[Source records]
● ● ● ● ●

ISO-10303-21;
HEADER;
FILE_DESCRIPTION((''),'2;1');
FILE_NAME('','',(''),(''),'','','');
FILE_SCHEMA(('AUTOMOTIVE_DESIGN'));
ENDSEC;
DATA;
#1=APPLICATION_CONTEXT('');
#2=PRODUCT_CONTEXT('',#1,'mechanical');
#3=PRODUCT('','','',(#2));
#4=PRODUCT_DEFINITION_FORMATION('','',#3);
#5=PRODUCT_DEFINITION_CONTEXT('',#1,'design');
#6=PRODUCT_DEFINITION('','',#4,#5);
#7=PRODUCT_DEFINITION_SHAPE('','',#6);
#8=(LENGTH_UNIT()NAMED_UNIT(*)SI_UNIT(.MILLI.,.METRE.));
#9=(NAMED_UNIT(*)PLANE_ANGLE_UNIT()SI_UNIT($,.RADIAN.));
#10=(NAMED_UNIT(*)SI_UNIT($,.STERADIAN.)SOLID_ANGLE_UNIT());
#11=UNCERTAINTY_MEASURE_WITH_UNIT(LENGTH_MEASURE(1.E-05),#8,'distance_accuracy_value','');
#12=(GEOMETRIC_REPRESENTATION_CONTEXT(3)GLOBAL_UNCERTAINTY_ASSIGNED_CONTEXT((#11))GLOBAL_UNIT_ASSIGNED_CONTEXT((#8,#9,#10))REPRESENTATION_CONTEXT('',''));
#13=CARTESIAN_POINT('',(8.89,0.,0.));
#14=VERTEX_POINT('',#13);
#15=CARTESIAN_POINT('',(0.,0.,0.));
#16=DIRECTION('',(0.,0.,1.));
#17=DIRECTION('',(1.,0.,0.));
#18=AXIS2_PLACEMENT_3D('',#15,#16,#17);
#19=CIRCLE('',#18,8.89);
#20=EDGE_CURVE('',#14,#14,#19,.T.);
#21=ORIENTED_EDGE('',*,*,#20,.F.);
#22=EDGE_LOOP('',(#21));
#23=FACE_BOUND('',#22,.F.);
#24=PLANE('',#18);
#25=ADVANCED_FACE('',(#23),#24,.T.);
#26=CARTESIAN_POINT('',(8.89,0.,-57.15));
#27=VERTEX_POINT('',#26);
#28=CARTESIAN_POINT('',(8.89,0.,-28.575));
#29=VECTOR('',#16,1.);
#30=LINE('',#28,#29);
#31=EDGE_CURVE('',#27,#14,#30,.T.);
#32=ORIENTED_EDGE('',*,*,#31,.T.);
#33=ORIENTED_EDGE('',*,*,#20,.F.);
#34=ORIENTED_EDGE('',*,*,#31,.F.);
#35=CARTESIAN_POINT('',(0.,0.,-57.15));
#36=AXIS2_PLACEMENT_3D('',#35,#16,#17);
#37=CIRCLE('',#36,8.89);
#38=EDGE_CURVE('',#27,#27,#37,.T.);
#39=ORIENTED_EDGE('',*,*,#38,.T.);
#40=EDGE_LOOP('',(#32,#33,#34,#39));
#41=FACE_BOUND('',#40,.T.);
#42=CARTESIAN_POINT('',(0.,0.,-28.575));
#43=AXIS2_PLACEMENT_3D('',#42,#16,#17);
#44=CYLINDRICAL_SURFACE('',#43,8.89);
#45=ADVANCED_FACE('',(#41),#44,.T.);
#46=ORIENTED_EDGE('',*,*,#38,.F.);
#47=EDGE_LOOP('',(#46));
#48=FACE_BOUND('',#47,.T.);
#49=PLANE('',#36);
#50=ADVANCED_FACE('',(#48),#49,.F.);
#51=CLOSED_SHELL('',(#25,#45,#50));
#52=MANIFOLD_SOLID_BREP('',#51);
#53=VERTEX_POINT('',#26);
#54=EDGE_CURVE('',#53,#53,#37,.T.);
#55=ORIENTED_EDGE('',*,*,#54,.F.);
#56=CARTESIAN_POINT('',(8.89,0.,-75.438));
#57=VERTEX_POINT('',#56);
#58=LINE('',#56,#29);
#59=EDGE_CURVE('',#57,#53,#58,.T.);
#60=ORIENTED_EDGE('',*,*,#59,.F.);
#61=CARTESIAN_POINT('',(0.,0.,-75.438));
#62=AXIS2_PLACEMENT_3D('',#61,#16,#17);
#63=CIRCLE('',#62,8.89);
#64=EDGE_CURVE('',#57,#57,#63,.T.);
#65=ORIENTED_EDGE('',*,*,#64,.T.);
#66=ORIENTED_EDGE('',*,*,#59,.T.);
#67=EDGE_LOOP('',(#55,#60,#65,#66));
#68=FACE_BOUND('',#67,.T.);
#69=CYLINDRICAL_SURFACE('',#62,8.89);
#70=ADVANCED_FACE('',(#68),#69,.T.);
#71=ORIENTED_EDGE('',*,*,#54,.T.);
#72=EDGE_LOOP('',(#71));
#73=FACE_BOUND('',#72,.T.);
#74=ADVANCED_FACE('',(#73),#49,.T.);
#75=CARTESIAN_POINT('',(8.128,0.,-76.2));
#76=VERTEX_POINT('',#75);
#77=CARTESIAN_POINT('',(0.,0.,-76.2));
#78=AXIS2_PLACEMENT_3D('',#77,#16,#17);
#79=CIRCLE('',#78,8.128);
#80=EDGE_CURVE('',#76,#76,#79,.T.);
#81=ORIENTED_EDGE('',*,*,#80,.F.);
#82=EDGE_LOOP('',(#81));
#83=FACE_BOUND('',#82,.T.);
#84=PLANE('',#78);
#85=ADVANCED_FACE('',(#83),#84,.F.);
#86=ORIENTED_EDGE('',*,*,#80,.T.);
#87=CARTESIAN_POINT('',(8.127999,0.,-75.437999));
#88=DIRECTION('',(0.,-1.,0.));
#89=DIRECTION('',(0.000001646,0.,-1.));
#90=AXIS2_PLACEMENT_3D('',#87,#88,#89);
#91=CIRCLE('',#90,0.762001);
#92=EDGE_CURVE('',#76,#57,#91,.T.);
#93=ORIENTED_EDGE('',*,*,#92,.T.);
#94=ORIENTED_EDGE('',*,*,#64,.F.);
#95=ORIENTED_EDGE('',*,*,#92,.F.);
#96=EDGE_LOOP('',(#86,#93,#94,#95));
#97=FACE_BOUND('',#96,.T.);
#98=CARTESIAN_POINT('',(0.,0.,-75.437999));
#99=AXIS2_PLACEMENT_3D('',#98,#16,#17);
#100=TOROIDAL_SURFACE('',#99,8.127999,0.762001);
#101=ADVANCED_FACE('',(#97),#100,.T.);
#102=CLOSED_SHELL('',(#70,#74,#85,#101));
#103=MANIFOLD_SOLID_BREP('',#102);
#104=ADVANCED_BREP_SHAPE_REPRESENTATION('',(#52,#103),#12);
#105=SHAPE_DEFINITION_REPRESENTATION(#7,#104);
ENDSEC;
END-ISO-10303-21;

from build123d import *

# Parameters (mm, degrees)
F0_W = 8.89
F0_H = 57.15


with BuildPart() as f1:
    # F0 (on Front) → F1 (revolve)
    with BuildSketch(Plane.XZ):
        with BuildLine():
            Line((8.89, -57.15), (0, -57.15))
            Line((0, -57.15), (0, -76.2))
            Line((0, -76.2), (8.128, -76.2))
            ThreePointArc((8.128, -76.2), (8.666815, -75.976815), (8.89, -75.438))
            Line((8.89, -75.438), (8.89, -57.15))
        make_face()
    revolve(axis=Axis((0, 0, -66.675), (0, 0, 1)))


with BuildPart() as f2:
    # F0 (on Front) → F2 (revolve)
    with BuildSketch(Plane.XZ):
        with Locations((4.445, -28.575)):
            Rectangle(F0_W, F0_H)
    revolve(axis=Axis((0, 0, -28.575), (0, 0, 1)))


solid = Compound([f1.part, f2.part])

● ● ● ● ●

Find and copy every line in the entries above where the string "DIRECTION" occurs.

RESULT
#16=DIRECTION('',(0.,0.,1.));
#17=DIRECTION('',(1.,0.,0.));
#88=DIRECTION('',(0.,-1.,0.));
#89=DIRECTION('',(0.000001646,0.,-1.));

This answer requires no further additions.